- **ABOUT THIS TASK**
If a line holds the word "amount", copy it from the entries.

━━ DATA FOR THIS TASK

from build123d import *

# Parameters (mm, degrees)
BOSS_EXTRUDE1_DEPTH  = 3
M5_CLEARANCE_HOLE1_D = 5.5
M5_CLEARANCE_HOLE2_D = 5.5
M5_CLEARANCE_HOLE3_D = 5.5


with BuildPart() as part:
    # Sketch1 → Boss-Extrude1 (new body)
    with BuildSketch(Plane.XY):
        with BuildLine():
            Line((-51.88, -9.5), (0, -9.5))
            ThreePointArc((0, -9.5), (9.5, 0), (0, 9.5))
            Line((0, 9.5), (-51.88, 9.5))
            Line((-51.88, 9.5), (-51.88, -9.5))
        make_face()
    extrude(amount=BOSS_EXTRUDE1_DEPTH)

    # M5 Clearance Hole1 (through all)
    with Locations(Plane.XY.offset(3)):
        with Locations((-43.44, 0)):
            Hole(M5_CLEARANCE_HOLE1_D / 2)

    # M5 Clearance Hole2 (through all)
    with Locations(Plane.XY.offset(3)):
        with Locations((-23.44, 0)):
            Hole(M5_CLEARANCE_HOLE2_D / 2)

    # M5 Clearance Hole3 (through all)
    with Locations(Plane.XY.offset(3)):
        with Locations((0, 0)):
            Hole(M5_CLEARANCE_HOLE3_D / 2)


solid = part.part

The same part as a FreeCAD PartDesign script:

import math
import FreeCAD as App
import Part
import Sketcher

V = App.Vector
Q = App.Units.Quantity

doc = App.newDocument("Part")
body = doc.addObject("PartDesign::Body", "Body")

sketch1 = body.newObject("Sketcher::SketchObject", "Sketch")
sketch1.AttachmentSupport = (doc.getObject("XY_Plane"), [""])
sketch1.MapMode = "FlatFace"
sketch1.addGeometry(Part.LineSegment(V(-52, -10, 0), V(0, -10, 0)), False)
sketch1.addGeometry(Part.ArcOfCircle(Part.Circle(V(0, 0, 0), V(0, 0, 1), 10), math.radians(-90), math.radians(90)), False)
sketch1.addGeometry(Part.LineSegment(V(0, 10, 0), V(-52, 10, 0)), False)
sketch1.addGeometry(Part.LineSegment(V(-52, 10, 0), V(-52, -10, 0)), False)
sketch1.addConstraint(Sketcher.Constraint("Tangent", 0, 2, 1, 1))
sketch1.addConstraint(Sketcher.Constraint("Tangent", 1, 2, 2, 1))
sketch1.addConstraint(Sketcher.Constraint("Coincident", 2, 2, 3, 1))
sketch1.addConstraint(Sketcher.Constraint("Coincident", 3, 2, 0, 1))
sketch1.addConstraint(Sketcher.Constraint("Horizontal", 0))
sketch1.addConstraint(Sketcher.Constraint("Horizontal", 2))
sketch1.addConstraint(Sketcher.Constraint("Vertical", 3))
sketch1.addConstraint(Sketcher.Constraint("Coincident", 1, 3, -1, 1))
sketch1.addConstraint(Sketcher.Constraint("Radius", 1, Q("9.5 mm")))
sketch1.addConstraint(Sketcher.Constraint("DistanceX", 0, 1, 0, 2, Q("51.88 mm")))
pad1 = body.newObject("PartDesign::Pad", "Pad")
pad1.Profile = sketch1
pad1.Length = 3

sketch2 = body.newObject("Sketcher::SketchObject", "Sketch001")
sketch2.AttachmentSupport = (doc.getObject("XY_Plane"), [""])
sketch2.MapMode = "FlatFace"
sketch2.AttachmentOffset = App.Placement(V(0, 0, 3), App.Rotation())
sketch2.addGeometry(Part.Circle(V(-43.4, 0, 0), V(0, 0, 1), 2.8), False)
sketch2.addConstraint(Sketcher.Constraint("PointOnObject", 0, 3, -1))
sketch2.addConstraint(Sketcher.Constraint("Diameter", 0, Q("5.5 mm")))
sketch2.addConstraint(Sketcher.Constraint("DistanceX", 0, 3, -1, 1, Q("43.44 mm")))
doc.recompute()
hole = body.newObject("PartDesign::Hole", "Hole")
hole.Profile = sketch2
hole.ThreadType = "None"
hole.Diameter = 5.5
hole.DepthType = "ThroughAll"

sketch3 = body.newObject("Sketcher::SketchObject", "Sketch002")
sketch3.AttachmentSupport = (doc.getObject("XY_Plane"), [""])
sketch3.MapMode = "FlatFace"
sketch3.AttachmentOffset = App.Placement(V(0, 0, 3), App.Rotation())
sketch3.addGeometry(Part.Circle(V(-23.4, 0, 0), V(0, 0, 1), 2.8), False)
sketch3.addConstraint(Sketcher.Constraint("PointOnObject", 0, 3, -1))
sketch3.addConstraint(Sketcher.Constraint("Diameter", 0, Q("5.5 mm")))
sketch3.addConstraint(Sketcher.Constraint("DistanceX", 0, 3, -1, 1, Q("23.44 mm")))
doc.recompute()
hole2 = body.newObject("PartDesign::Hole", "Hole001")
hole2.Profile = sketch3
hole2.ThreadType = "None"
hole2.Diameter = 5.5
hole2.DepthType = "ThroughAll"

sketch4 = body.newObject("Sketcher::SketchObject", "Sketch003")
sketch4.AttachmentSupport = (doc.getObject("XY_Plane"), [""])
sketch4.MapMode = "FlatFace"
sketch4.AttachmentOffset = App.Placement(V(0, 0, 3), App.Rotation())
sketch4.addGeometry(Part.Circle(V(0, 0, 0), V(0, 0, 1), 2.8), False)
sketch4.addConstraint(Sketcher.Constraint("Coincident", 0, 3, -1, 1))
sketch4.addConstraint(Sketcher.Constraint("Diameter", 0, Q("5.5 mm")))
doc.recompute()
hole3 = body.newObject("PartDesign::Hole", "Hole002")
hole3.Profile = sketch4
hole3.ThreadType = "None"
hole3.Diameter = 5.5
hole3.DepthType = "ThroughAll"

doc.recompute()
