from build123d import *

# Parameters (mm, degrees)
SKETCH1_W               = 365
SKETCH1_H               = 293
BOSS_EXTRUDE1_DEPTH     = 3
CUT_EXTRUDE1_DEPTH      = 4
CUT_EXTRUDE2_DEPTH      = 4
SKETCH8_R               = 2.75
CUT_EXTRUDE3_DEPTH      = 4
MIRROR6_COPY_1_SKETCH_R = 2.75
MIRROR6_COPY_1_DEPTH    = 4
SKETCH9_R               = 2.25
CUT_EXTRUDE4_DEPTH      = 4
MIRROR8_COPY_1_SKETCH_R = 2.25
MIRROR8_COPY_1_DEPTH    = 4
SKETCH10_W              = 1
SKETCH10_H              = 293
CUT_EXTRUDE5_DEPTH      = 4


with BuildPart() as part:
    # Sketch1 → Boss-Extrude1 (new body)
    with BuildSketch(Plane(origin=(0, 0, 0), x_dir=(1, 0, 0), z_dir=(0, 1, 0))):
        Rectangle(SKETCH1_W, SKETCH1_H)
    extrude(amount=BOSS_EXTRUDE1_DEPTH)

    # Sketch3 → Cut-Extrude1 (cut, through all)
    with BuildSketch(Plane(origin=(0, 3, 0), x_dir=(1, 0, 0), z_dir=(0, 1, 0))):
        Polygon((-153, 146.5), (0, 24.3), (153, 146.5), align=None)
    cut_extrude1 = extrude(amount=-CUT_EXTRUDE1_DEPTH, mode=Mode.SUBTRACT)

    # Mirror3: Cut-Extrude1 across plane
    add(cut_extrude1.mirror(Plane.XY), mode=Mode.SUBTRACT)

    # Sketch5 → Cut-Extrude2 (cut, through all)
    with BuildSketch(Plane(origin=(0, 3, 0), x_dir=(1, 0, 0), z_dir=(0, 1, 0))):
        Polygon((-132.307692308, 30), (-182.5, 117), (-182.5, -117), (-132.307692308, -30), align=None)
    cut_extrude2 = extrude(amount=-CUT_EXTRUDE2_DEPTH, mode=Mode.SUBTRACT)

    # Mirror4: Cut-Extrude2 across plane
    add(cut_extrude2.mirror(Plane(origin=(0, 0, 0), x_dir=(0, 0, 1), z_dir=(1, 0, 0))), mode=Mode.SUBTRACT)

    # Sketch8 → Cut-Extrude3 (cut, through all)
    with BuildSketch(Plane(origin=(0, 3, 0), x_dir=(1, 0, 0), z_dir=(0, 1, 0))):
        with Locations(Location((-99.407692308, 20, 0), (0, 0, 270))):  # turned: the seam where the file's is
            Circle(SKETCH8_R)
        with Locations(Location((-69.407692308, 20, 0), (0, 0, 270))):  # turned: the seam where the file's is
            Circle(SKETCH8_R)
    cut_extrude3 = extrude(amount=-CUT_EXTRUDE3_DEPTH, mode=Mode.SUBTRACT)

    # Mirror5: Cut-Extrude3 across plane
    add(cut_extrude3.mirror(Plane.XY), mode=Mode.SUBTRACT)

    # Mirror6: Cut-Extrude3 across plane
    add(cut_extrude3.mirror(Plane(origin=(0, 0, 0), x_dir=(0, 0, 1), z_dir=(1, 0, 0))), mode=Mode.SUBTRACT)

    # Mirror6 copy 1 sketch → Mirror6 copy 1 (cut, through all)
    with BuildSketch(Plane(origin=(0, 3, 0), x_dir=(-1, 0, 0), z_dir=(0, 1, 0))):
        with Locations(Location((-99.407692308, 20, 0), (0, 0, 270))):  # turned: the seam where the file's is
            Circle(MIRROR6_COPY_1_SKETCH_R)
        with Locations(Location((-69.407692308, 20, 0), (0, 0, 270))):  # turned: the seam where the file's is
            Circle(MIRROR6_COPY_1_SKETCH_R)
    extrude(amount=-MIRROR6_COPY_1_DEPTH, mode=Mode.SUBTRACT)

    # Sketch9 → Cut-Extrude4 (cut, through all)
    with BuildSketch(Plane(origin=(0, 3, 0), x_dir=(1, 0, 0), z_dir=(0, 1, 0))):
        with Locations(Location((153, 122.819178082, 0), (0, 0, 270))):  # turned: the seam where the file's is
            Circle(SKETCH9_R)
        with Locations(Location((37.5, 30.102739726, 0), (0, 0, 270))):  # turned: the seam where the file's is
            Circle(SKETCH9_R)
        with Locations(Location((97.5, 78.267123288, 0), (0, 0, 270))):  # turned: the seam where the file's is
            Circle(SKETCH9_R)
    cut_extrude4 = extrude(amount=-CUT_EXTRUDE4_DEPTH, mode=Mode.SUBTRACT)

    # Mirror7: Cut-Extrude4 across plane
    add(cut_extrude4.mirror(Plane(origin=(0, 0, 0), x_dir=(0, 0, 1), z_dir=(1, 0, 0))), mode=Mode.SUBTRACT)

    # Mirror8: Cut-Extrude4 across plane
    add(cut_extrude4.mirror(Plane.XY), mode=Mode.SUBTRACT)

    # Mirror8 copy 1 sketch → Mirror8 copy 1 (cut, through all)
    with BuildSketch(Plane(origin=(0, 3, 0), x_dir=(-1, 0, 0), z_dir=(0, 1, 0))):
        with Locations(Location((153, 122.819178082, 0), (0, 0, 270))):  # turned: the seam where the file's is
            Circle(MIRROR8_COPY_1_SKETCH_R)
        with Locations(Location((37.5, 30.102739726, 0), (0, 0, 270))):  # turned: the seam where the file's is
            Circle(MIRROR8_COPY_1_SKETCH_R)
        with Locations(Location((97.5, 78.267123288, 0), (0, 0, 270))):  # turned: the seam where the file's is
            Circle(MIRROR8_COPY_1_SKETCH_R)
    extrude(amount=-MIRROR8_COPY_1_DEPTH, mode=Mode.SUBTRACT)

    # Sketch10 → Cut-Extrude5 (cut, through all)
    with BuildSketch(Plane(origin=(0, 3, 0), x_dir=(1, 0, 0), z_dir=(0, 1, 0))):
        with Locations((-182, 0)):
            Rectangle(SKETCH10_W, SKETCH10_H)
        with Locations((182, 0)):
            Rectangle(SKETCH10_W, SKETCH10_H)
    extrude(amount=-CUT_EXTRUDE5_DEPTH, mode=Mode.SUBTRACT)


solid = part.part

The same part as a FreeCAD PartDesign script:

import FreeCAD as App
import Part
import Sketcher
from FreeCAD import Vector

doc = App.newDocument("Part")
body = doc.addObject("PartDesign::Body", "Body")

# Sketch on XZ plane
sketch1 = doc.addObject("Sketcher::SketchObject", "Sketch")
body.addObject(sketch1)
sketch1.AttachmentSupport = (doc.XZ_Plane, [""])
sketch1.MapMode = "FlatFace"
sketch1.addGeometry(Part.LineSegment(Vector(-182, -146, 0), Vector(-182, 146, 0)), False)
sketch1.addGeometry(Part.LineSegment(Vector(-182, 146, 0), Vector(182, 146, 0)), False)
sketch1.addGeometry(Part.LineSegment(Vector(182, 146, 0), Vector(182, -146, 0)), False)
sketch1.addGeometry(Part.LineSegment(Vector(182, -146, 0), Vector(-182, -146, 0)), False)
sketch1.addConstraint(Sketcher.Constraint("Coincident", 0, 2, 1, 1))
sketch1.addConstraint(Sketcher.Constraint("Coincident", 1, 2, 2, 1))
sketch1.addConstraint(Sketcher.Constraint("Coincident", 2, 2, 3, 1))
sketch1.addConstraint(Sketcher.Constraint("Coincident", 3, 2, 0, 1))
sketch1.addConstraint(Sketcher.Constraint("Vertical", 0))
sketch1.addConstraint(Sketcher.Constraint("Horizontal", 1))
sketch1.addConstraint(Sketcher.Constraint("Vertical", 2))
sketch1.addConstraint(Sketcher.Constraint("Horizontal", 3))
sketch1.addConstraint(Sketcher.Constraint("Symmetric", 0, 2, 2, 2, -1, 1))
sketch1.addConstraint(Sketcher.Constraint("DistanceX", 1, 1, 1, 2, 365.0))
sketch1.addConstraint(Sketcher.Constraint("DistanceY", 0, 1, 0, 2, 293.0))
pad1 = doc.addObject("PartDesign::Pad", "Pad")
body.addObject(pad1)
pad1.Profile = sketch1
pad1.Length = 3
pad1.Reversed = True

━━━━

- **RESPONSE TO THIS EXERCISE**
    extrude(amount=BOSS_EXTRUDE1_DEPTH)
    extrude(amount=BOSS_EXTRUDE1_DEPTH)
    cut_extrude1 = extrude(amount=-CUT_EXTRUDE1_DEPTH, mode=Mode.SUBTRACT)
    cut_extrude2 = extrude(amount=-CUT_EXTRUDE2_DEPTH, mode=Mode.SUBTRACT)
    cut_extrude3 = extrude(amount=-CUT_EXTRUDE3_DEPTH, mode=Mode.SUBTRACT)
    extrude(amount=-MIRROR6_COPY_1_DEPTH, mode=Mode.SUBTRACT)
    cut_extrude4 = extrude(amount=-CUT_EXTRUDE4_DEPTH, mode=Mode.SUBTRACT)
    extrude(amount=-MIRROR8_COPY_1_DEPTH, mode=Mode.SUBTRACT)
    extrude(amount=-CUT_EXTRUDE5_DEPTH, mode=Mode.SUBTRACT)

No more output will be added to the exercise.